I think of this when someone says that we are "free" to choose or reject God's Son, Jesus, then they insist that it is this very choice that makes them free. This is like saying freedom consists in the liberty of shooting one's brains out with a shotgun or not. Man doesn't reject God and the gospel because man is free and is mighty to choose, man rejects God and the gospel because he is a suicidal maniac who cannot tell right from wrong. Man doesn't need to be free to choose, man needs to be freed from the shackles of madness that make evil choices appealing in the first place.

Freedom does not lie in the ability to choose. Freedom comes when choice is married with proper affections for that which is good. If God would only fix our wicked hearts, choice would vanish and we would be free to act unfettered. Why? Because anything other than holiness would simply be unthinkable, or if you must, a non-choice.

Oh God, rid me of my choices by shackling me to the good and true. Free me from inaction by showing me the path most pleasing to you. Unite my divided soul by the beauty of your truth. Let anything other than what glorifies you be a non-choice in my sight so that Christ may receive the most glory. Amen.

He Has Conquered Me

I will tell you that I have been conquered by force. God made war on me, He broke down the walls of my stronghold, He smashed down my gates, and then He killed me in the ruin of my own tower. All my fortifications were in made in vain with the Lord of Hosts appeared, and when He did appear, I threw my idols over the wall. Except for myself. I would not give up myself, and in the end, He would not turn back until He had me.

But the Lord of Hosts did not destroy me as a man might destroy another. For the Almighty did not only have the power to force me on my knees, He brought with Him the power to break my will and change my heart. The weapons that overcame were not simply threatenings, but they were weapons of truth against which no self-deception could stand.

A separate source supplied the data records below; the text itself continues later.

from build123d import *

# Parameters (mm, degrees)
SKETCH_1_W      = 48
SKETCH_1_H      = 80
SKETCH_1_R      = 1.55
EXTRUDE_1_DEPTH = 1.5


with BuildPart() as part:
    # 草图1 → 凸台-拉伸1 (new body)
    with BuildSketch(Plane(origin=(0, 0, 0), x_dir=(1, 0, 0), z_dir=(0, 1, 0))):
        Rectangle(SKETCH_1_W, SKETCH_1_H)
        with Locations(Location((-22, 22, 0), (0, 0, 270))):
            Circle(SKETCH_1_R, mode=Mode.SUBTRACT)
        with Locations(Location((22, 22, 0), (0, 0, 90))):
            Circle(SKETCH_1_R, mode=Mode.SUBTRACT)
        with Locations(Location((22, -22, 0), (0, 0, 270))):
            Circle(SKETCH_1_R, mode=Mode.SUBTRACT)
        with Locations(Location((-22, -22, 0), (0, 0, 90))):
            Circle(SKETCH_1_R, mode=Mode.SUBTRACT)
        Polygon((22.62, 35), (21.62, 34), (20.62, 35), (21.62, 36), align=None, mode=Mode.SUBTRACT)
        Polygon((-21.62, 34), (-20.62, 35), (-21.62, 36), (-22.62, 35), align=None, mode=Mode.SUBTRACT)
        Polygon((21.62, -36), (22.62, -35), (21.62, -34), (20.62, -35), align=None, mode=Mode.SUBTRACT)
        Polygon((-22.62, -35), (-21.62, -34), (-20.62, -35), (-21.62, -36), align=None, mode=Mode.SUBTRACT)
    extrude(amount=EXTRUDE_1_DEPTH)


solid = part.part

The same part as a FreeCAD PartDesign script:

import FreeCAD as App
import Part
import Sketcher

V = App.Vector

doc = App.newDocument("Part")
params = doc.addObject("Spreadsheet::Sheet", "Params")
for row, (alias, value) in enumerate([
    ("sketch1_diameter", "3.1 mm"),
    ("sketch1_width", "48 mm"),
    ("sketch1_height", "80 mm"),
    ("pad1_length", "1.5 mm"),
], start=1):
    params.set(f"A{row}", alias)
    params.set(f"B{row}", "=" + value)
    params.setAlias(f"B{row}", alias)

body = doc.addObject("PartDesign::Body", "Body")

# Sketch on XZ plane
sketch1 = doc.addObject("Sketcher::SketchObject", "Sketch")
body.addObject(sketch1)
sketch1.AttachmentSupport = (doc.XZ_Plane, [""])
sketch1.MapMode = "FlatFace"
sketch1.addGeometry(Part.LineSegment(V(-24, -40, 0), V(-24, 40, 0)), False)
sketch1.addGeometry(Part.LineSegment(V(-24, 40, 0), V(24, 40, 0)), False)
sketch1.addGeometry(Part.LineSegment(V(24, 40, 0), V(24, -40, 0)), False)
sketch1.addGeometry(Part.LineSegment(V(24, -40, 0), V(-24, -40, 0)), False)
sketch1.addGeometry(Part.LineSegment(V(-21.62, 36, 0), V(-22.62, 35, 0)), False)
sketch1.addGeometry(Part.LineSegment(V(-22.62, 35, 0), V(-21.62, 34, 0)), False)
sketch1.addGeometry(Part.LineSegment(V(-21.62, 34, 0), V(-20.62, 35, 0)), False)
sketch1.addGeometry(Part.LineSegment(V(-20.62, 35, 0), V(-21.62, 36, 0)), False)
sketch1.addGeometry(Part.Circle(V(-22, 22, 0), V(0, 0, 1), 1.55), False)
sketch1.addGeometry(Part.LineSegment(V(22.62, 35, 0), V(21.62, 36, 0)), False)
sketch1.addGeometry(Part.LineSegment(V(21.62, 36, 0), V(20.62, 35, 0)), False)
sketch1.addGeometry(Part.LineSegment(V(20.62, 35, 0), V(21.62, 34, 0)), False)
sketch1.addGeometry(Part.LineSegment(V(21.62, 34, 0), V(22.62, 35, 0)), False)
sketch1.addGeometry(Part.Circle(V(22, 22, 0), V(0, 0, 1), 1.55), False)
sketch1.addGeometry(Part.Circle(V(-22, -22, 0), V(0, 0, 1), 1.55), False)
sketch1.addGeometry(Part.LineSegment(V(-20.62, -35, 0), V(-21.62, -34, 0)), False)
sketch1.addGeometry(Part.LineSegment(V(-21.62, -34, 0), V(-22.62, -35, 0)), False)
sketch1.addGeometry(Part.LineSegment(V(-22.62, -35, 0), V(-21.62, -36, 0)), False)
sketch1.addGeometry(Part.LineSegment(V(-21.62, -36, 0), V(-20.62, -35, 0)), False)
sketch1.addGeometry(Part.Circle(V(22, -22, 0), V(0, 0, 1), 1.55), False)
sketch1.addGeometry(Part.LineSegment(V(21.62, -36, 0), V(22.62, -35, 0)), False)
sketch1.addGeometry(Part.LineSegment(V(22.62, -35, 0), V(21.62, -34, 0)), False)
sketch1.addGeometry(Part.LineSegment(V(21.62, -34, 0), V(20.62, -35, 0)), False)
sketch1.addGeometry(Part.LineSegment(V(20.62, -35, 0), V(21.62, -36, 0)), False)
sketch1.addConstraint(Sketcher.Constraint("Coincident", 0, 2, 1, 1))
sketch1.addConstraint(Sketcher.Constraint("Coincident", 1, 2, 2, 1))
sketch1.addConstraint(Sketcher.Constraint("Coincident", 2, 2, 3, 1))
sketch1.addConstraint(Sketcher.Constraint("Coincident", 3, 2, 0, 1))
sketch1.addConstraint(Sketcher.Constraint("Coincident", 4, 2, 5, 1))
sketch1.addConstraint(Sketcher.Constraint("Coincident", 5, 2, 6, 1))
sketch1.addConstraint(Sketcher.Constraint("Coincident", 6, 2, 7, 1))
sketch1.addConstraint(Sketcher.Constraint("Coincident", 7, 2, 4, 1))
sketch1.addConstraint(Sketcher.Constraint("Coincident", 9, 2, 10, 1))
sketch1.addConstraint(Sketcher.Constraint("Coincident", 10, 2, 11, 1))
sketch1.addConstraint(Sketcher.Constraint("Coincident", 11, 2, 12, 1))
sketch1.addConstraint(Sketcher.Constraint("Coincident", 12, 2, 9, 1))
sketch1.addConstraint(Sketcher.Constraint("Coincident", 15, 2, 16, 1))
sketch1.addConstraint(Sketcher.Constraint("Coincident", 16, 2, 17, 1))
sketch1.addConstraint(Sketcher.Constraint("Coincident", 17, 2, 18, 1))
sketch1.addConstraint(Sketcher.Constraint("Coincident", 18, 2, 15, 1))
sketch1.addConstraint(Sketcher.Constraint("Coincident", 20, 2, 21, 1))
sketch1.addConstraint(Sketcher.Constraint("Coincident", 21, 2, 22, 1))
sketch1.addConstraint(Sketcher.Constraint("Coincident", 22, 2, 23, 1))
sketch1.addConstraint(Sketcher.Constraint("Coincident", 23, 2, 20, 1))
sketch1.addConstraint(Sketcher.Constraint("Vertical", 0))
sketch1.addConstraint(Sketcher.Constraint("Horizontal", 1))
sketch1.addConstraint(Sketcher.Constraint("Vertical", 2))
sketch1.addConstraint(Sketcher.Constraint("Horizontal", 3))
sketch1.addConstraint(Sketcher.Constraint("Equal", 8, 13))
sketch1.addConstraint(Sketcher.Constraint("Equal", 13, 14))
sketch1.addConstraint(Sketcher.Constraint("Equal", 14, 19))
sketch1.addConstraint(Sketcher.Constraint("Symmetric", 13, 3, 14, 3, -1, 1))
sketch1.addConstraint(Sketcher.Constraint("Symmetric", 8, 3, 19, 3, -1, 1))
sketch1.addConstraint(Sketcher.Constraint("Symmetric", 0, 2, 2, 2, -1, 1))
sketch1.addConstraint(Sketcher.Constraint("Symmetric", 11, 2, 15, 2, -1, 1))
sketch1.addConstraint(Sketcher.Constraint("Symmetric", 12, 2, 16, 2, -1, 1))
sketch1.addConstraint(Sketcher.Constraint("Symmetric", 9, 2, 17, 2, -1, 1))
sketch1.addConstraint(Sketcher.Constraint("Symmetric", 10, 2, 18, 2, -1, 1))
sketch1.addConstraint(Sketcher.Constraint("Symmetric", 4, 2, 20, 2, -1, 1))
sketch1.addConstraint(Sketcher.Constraint("Symmetric", 5, 2, 21, 2, -1, 1))
sketch1.addConstraint(Sketcher.Constraint("Symmetric", 6, 2, 22, 2, -1, 1))
sketch1.addConstraint(Sketcher.Constraint("Symmetric", 7, 2, 23, 2, -1, 1))
sketch1.addConstraint(Sketcher.Constraint("Symmetric", 8, 3, 13, 3, -2))
sketch1.addConstraint(Sketcher.Constraint("Symmetric", 7, 2, 9, 2, -2))
sketch1.addConstraint(Sketcher.Constraint("Symmetric", 6, 2, 10, 2, -2))
sketch1.addConstraint(Sketcher.Constraint("Symmetric", 5, 2, 11, 2, -2))
sketch1.addConstraint(Sketcher.Constraint("Symmetric", 4, 2, 12, 2, -2))
sketch1.addConstraint(Sketcher.Constraint("Perpendicular", 4, 5))
sketch1.addConstraint(Sketcher.Constraint("Perpendicular", 5, 6))
sketch1.addConstraint(Sketcher.Constraint("Perpendicular", 6, 7))
sketch1.addConstraint(Sketcher.Constraint("Parallel", 7, 9))
sketch1.addConstraint(Sketcher.Constraint("Horizontal", 4, 2, 6, 2))
sketch1.addConstraint(Sketcher.Constraint("Diameter", 8, 3.1))
sketch1.addConstraint(Sketcher.Constraint("DistanceX", 1, 1, 1, 2, 48.0))
sketch1.addConstraint(Sketcher.Constraint("DistanceY", 0, 1, 0, 2, 80.0))
sketch1.addConstraint(Sketcher.Constraint("DistanceX", 8, 3, -1, 1, 22.0))
sketch1.addConstraint(Sketcher.Constraint("DistanceY", -1, 1, 8, 3, 22.0))
sketch1.addConstraint(Sketcher.Constraint("DistanceY", -1, 1, 4, 2, 35.0))
sketch1.addConstraint(Sketcher.Constraint("DistanceY", -1, 1, 5, 2, 34.0))
sketch1.addConstraint(Sketcher.Constraint("DistanceX", 4, 2, -1, 1, 22.62))
sketch1.setExpression("Constraints[48]", "Params.sketch1_diameter")
sketch1.setExpression("Constraints[49]", "Params.sketch1_width")
sketch1.setExpression("Constraints[50]", "Params.sketch1_height")
pad1 = doc.addObject("PartDesign::Pad", "Pad")
body.addObject(pad1)
pad1.Profile = sketch1
pad1.setExpression("Length", "Params.pad1_length")
pad1.Reversed = True

doc.recompute()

My tower was constructed of lies I had spun. I had compared myself to others and judged myself good. I had done a few kindnesses and thought myself generous. I showed favor to some, and I judged myself loving. And thus my bulwark was constructed by my vanity, and I deemed my works unassailable by God or man. I was a good man.

First, there came a herald of God's law. All the commandments, all ten of them, seemed just save one: Love the Lord God and serve Him only. All the others, I fancied I could keep and confessed that they were good. I would make war on thieves, liars, and adulterers. I would honor my parents. I would not covet another man's gains. But I would not kneel to this King. His glory was no better than my own splendor. And so I strutted about my castle and hurled my insults at His majesty.

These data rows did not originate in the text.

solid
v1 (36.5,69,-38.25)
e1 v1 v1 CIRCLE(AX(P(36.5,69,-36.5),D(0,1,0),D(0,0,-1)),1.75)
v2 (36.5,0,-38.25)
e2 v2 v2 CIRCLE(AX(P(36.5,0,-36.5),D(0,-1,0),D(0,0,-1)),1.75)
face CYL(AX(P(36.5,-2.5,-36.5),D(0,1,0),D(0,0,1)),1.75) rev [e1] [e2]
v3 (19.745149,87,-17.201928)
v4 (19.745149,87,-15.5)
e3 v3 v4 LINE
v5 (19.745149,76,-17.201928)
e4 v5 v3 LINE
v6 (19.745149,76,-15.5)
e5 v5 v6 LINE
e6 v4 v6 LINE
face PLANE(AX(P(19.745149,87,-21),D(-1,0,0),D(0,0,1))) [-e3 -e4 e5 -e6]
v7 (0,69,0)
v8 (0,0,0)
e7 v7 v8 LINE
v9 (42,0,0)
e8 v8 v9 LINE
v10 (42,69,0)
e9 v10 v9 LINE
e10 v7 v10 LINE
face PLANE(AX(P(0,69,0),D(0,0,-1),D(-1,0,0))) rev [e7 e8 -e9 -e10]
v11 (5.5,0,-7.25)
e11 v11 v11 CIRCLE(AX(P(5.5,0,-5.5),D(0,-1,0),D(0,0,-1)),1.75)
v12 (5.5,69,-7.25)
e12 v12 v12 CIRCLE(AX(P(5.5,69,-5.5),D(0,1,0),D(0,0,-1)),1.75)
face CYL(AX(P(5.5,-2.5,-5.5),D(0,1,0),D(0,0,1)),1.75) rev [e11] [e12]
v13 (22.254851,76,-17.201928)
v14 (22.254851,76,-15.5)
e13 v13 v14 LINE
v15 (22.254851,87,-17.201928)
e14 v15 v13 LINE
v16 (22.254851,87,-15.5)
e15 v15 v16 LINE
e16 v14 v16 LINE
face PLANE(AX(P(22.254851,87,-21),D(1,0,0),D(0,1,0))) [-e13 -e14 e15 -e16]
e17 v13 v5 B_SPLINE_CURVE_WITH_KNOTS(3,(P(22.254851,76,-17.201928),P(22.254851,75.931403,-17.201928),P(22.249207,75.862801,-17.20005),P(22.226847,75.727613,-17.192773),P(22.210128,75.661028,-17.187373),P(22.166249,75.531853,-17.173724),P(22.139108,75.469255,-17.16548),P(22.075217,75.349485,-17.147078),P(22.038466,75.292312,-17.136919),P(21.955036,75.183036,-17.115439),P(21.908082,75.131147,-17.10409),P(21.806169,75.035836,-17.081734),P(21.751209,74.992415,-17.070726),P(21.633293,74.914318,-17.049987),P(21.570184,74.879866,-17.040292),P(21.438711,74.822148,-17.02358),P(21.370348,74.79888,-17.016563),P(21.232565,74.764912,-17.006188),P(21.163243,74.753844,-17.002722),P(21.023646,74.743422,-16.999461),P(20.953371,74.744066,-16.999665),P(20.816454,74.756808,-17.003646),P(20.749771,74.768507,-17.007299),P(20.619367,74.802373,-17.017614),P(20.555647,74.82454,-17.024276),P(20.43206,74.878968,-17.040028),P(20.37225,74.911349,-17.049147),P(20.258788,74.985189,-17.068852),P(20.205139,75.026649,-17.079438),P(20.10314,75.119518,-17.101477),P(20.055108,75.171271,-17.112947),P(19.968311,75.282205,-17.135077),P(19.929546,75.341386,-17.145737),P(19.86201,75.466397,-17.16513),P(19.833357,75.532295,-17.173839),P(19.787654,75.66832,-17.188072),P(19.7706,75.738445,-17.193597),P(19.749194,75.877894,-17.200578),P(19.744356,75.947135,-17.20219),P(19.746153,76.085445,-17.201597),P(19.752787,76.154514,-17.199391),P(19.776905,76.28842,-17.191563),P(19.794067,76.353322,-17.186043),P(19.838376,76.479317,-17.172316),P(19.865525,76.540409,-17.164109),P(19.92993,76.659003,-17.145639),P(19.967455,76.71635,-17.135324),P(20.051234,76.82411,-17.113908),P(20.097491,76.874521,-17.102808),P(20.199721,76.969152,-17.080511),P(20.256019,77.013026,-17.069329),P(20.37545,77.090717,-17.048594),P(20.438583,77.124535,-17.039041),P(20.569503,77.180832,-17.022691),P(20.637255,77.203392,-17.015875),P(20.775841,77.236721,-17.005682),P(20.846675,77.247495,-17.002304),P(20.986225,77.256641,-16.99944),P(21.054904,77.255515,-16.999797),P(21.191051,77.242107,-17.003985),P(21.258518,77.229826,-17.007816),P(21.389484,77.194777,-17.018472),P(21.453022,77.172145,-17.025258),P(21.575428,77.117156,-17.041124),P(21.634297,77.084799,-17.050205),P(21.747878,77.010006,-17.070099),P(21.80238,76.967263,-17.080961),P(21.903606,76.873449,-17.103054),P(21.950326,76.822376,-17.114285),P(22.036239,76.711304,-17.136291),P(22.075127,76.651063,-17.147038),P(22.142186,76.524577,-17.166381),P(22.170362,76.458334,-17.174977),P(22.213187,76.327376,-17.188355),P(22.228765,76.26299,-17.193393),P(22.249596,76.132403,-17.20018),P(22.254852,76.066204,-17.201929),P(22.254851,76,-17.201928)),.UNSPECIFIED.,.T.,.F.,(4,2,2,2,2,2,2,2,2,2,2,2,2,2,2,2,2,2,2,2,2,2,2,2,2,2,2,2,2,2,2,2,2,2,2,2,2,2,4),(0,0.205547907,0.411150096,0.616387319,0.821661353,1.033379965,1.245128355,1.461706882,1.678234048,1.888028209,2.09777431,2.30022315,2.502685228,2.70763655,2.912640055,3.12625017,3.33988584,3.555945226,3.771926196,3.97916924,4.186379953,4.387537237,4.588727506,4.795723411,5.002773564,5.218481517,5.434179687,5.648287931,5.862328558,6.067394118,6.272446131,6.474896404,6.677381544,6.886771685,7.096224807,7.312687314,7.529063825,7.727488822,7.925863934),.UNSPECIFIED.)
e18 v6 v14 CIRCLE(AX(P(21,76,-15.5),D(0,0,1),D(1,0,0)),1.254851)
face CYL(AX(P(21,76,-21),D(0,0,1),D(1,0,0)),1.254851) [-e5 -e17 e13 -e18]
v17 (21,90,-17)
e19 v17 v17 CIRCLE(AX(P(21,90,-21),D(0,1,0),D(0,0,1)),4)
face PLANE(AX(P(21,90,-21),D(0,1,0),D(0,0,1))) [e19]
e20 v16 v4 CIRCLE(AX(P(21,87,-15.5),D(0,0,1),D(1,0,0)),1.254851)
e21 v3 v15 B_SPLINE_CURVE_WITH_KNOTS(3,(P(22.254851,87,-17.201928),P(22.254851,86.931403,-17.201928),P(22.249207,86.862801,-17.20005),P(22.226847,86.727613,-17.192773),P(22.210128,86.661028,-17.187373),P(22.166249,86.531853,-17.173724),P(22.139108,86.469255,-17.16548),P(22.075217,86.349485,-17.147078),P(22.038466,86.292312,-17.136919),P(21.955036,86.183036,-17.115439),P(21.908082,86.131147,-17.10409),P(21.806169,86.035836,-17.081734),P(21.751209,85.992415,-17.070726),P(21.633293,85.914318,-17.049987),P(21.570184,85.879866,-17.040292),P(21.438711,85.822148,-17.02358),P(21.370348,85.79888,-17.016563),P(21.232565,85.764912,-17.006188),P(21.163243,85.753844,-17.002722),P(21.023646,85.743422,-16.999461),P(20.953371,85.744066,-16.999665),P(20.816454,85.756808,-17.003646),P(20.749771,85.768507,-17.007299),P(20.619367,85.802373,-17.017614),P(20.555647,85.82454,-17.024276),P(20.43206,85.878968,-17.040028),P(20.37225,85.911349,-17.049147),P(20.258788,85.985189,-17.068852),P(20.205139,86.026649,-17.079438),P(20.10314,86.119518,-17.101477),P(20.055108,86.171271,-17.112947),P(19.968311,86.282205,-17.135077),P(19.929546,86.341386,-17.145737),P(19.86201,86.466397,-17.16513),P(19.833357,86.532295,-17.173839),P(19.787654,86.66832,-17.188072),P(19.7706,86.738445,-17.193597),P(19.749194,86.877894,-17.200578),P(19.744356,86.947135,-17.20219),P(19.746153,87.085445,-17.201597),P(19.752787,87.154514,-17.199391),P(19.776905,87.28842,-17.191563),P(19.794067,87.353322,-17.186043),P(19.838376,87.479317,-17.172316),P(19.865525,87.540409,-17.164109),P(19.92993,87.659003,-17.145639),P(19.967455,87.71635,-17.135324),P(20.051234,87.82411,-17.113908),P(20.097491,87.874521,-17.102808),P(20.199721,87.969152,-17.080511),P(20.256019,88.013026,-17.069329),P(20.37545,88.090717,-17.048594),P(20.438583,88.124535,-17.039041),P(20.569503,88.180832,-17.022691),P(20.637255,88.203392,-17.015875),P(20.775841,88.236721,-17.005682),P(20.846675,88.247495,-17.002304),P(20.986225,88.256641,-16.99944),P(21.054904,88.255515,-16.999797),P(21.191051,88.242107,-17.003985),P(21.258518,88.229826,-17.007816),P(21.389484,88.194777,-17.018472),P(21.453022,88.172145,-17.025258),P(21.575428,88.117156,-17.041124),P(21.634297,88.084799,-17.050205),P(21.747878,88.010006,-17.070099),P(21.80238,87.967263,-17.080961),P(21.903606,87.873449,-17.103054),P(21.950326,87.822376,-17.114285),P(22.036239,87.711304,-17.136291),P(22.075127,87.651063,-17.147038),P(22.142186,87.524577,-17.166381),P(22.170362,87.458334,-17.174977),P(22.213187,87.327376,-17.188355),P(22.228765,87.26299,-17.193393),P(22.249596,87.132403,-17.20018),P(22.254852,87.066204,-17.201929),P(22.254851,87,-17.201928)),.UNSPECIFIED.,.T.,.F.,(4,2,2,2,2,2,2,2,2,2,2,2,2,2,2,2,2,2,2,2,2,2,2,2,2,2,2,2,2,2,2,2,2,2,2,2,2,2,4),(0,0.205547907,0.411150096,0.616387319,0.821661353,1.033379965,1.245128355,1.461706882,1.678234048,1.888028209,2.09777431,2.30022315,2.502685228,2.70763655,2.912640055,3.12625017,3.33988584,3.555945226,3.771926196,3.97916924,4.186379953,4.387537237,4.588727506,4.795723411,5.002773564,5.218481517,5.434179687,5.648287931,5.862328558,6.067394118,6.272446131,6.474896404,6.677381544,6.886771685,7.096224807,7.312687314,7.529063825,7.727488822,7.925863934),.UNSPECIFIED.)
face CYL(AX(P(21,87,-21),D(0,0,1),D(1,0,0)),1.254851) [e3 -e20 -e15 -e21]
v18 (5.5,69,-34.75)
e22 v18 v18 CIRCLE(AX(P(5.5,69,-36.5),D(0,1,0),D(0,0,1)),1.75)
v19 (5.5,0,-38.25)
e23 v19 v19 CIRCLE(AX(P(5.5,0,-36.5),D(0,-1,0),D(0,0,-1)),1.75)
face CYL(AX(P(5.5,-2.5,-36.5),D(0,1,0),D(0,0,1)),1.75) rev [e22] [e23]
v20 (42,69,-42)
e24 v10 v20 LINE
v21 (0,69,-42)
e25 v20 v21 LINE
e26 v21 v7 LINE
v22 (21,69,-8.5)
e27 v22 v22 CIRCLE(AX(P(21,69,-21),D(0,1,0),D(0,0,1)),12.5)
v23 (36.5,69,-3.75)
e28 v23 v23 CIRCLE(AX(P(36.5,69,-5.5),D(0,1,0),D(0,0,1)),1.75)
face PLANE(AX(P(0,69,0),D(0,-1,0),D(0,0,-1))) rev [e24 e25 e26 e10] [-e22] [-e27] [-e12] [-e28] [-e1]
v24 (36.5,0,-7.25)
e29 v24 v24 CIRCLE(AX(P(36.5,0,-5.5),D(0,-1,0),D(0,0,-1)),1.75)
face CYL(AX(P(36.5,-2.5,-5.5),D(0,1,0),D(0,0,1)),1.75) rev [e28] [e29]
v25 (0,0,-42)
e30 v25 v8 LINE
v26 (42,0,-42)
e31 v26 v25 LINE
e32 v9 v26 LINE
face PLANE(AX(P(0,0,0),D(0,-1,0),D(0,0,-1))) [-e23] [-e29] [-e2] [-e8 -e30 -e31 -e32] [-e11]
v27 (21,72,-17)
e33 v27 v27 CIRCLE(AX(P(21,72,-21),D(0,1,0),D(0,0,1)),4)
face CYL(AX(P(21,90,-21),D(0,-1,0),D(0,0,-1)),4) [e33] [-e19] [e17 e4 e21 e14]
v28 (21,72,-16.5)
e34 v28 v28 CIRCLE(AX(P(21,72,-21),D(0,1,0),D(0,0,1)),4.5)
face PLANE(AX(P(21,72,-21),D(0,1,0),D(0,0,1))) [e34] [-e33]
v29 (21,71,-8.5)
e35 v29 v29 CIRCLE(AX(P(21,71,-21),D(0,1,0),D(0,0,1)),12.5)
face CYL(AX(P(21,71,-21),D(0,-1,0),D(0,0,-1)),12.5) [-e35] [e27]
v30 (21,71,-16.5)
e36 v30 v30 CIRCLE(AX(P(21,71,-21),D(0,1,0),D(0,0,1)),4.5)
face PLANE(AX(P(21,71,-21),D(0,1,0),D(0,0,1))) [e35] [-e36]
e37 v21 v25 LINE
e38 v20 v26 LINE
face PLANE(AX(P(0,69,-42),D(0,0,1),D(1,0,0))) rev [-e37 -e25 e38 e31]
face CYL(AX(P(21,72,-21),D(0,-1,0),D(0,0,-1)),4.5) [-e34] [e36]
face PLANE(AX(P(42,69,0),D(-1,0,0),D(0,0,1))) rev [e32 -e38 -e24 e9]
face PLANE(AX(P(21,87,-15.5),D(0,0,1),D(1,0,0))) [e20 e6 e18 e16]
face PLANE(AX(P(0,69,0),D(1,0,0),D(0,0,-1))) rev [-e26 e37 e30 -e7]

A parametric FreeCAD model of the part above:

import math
import FreeCAD as App
import Part
import Sketcher

V = App.Vector

doc = App.newDocument("Part")
body = doc.addObject("PartDesign::Body", "Body")

sketch1 = doc.addObject("Sketcher::SketchObject", "Sketch")
body.addObject(sketch1)
sketch1.AttachmentSupport = (doc.XZ_Plane, [""])
sketch1.MapMode = "FlatFace"
sketch1.addGeometry(Part.LineSegment(V(0, -42, 0), V(0, 0, 0)), False)
sketch1.addGeometry(Part.LineSegment(V(0, 0, 0), V(42, 0, 0)), False)
sketch1.addGeometry(Part.LineSegment(V(42, 0, 0), V(42, -42, 0)), False)
sketch1.addGeometry(Part.LineSegment(V(42, -42, 0), V(0, -42, 0)), False)
sketch1.addConstraint(Sketcher.Constraint("Coincident", 0, 2, 1, 1))
sketch1.addConstraint(Sketcher.Constraint("Coincident", 1, 2, 2, 1))
sketch1.addConstraint(Sketcher.Constraint("Coincident", 2, 2, 3, 1))
sketch1.addConstraint(Sketcher.Constraint("Coincident", 3, 2, 0, 1))
sketch1.addConstraint(Sketcher.Constraint("Vertical", 0))
sketch1.addConstraint(Sketcher.Constraint("Horizontal", 1))
sketch1.addConstraint(Sketcher.Constraint("Vertical", 2))
sketch1.addConstraint(Sketcher.Constraint("Horizontal", 3))
sketch1.addConstraint(Sketcher.Constraint("Coincident", 0, 2, -1, 1))
sketch1.addConstraint(Sketcher.Constraint("Equal", 3, 0))
sketch1.addConstraint(Sketcher.Constraint("DistanceX", 1, 1, 1, 2, 42.0))
pad1 = doc.addObject("PartDesign::Pad", "Pad")
body.addObject(pad1)
pad1.Profile = sketch1
pad1.Length = 69
pad1.Reversed = True

sketch2 = doc.addObject("Sketcher::SketchObject", "Sketch001")
body.addObject(sketch2)
sketch2.AttachmentSupport = (doc.XZ_Plane, [""])
sketch2.MapMode = "FlatFace"
sketch2.AttachmentOffset = App.Placement(V(0, 0, -69), App.Rotation())
sketch2.addGeometry(Part.Circle(V(21, -21, 0), V(0, 0, 1), 12.5), False)
sketch2.addConstraint(Sketcher.Constraint("Diameter", 0, 25.0))
sketch2.addConstraint(Sketcher.Constraint("DistanceX", -1, 1, 0, 3, 21.0))
sketch2.addConstraint(Sketcher.Constraint("DistanceY", 0, 3, -1, 1, 21.0))
pad2 = doc.addObject("PartDesign::Pad", "Pad001")
body.addObject(pad2)
pad2.Profile = sketch2
pad2.Length = 2
pad2.Reversed = True

sketch3 = doc.addObject("Sketcher::SketchObject", "Sketch002")
body.addObject(sketch3)
sketch3.AttachmentSupport = (doc.XZ_Plane, [""])
sketch3.MapMode = "FlatFace"
sketch3.AttachmentOffset = App.Placement(V(0, 0, -71), App.Rotation())
sketch3.addGeometry(Part.Circle(V(21, -21, 0), V(0, 0, 1), 4.5), False)
sketch3.addConstraint(Sketcher.Constraint("Diameter", 0, 9.0))
sketch3.addConstraint(Sketcher.Constraint("DistanceX", -1, 1, 0, 3, 21.0))
sketch3.addConstraint(Sketcher.Constraint("DistanceY", 0, 3, -1, 1, 21.0))
pad3 = doc.addObject("PartDesign::Pad", "Pad002")
body.addObject(pad3)
pad3.Profile = sketch3
pad3.Length = 1
pad3.Reversed = True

Then, the herald came again. I read that this King said that my lustful looks were adulterous, that my anger was the fountain of murder, and that I should give up my coat to anyone who asks. I knew that this was going too far. No one could live as this man demanded. He was a tyrant, and I must keep him out at all costs. His tyranny extended to my very thoughts, into my own soul and person, and I knew that I willed to do none of the things He said I must do to be good. So I hunkered down for war.

At last, the King came as his own herald. He wore no armor, and He had no fear. The first thing I saw was that He was already bloodied with battle, but not battle against me, but a battle fought on my behalf. His image seized me, as did His selflessness, and I saw in Him everything that I was not. My fortress of comparison could not stand against Him. I could compare myself to any man, or so I fancied, but certainly not this One.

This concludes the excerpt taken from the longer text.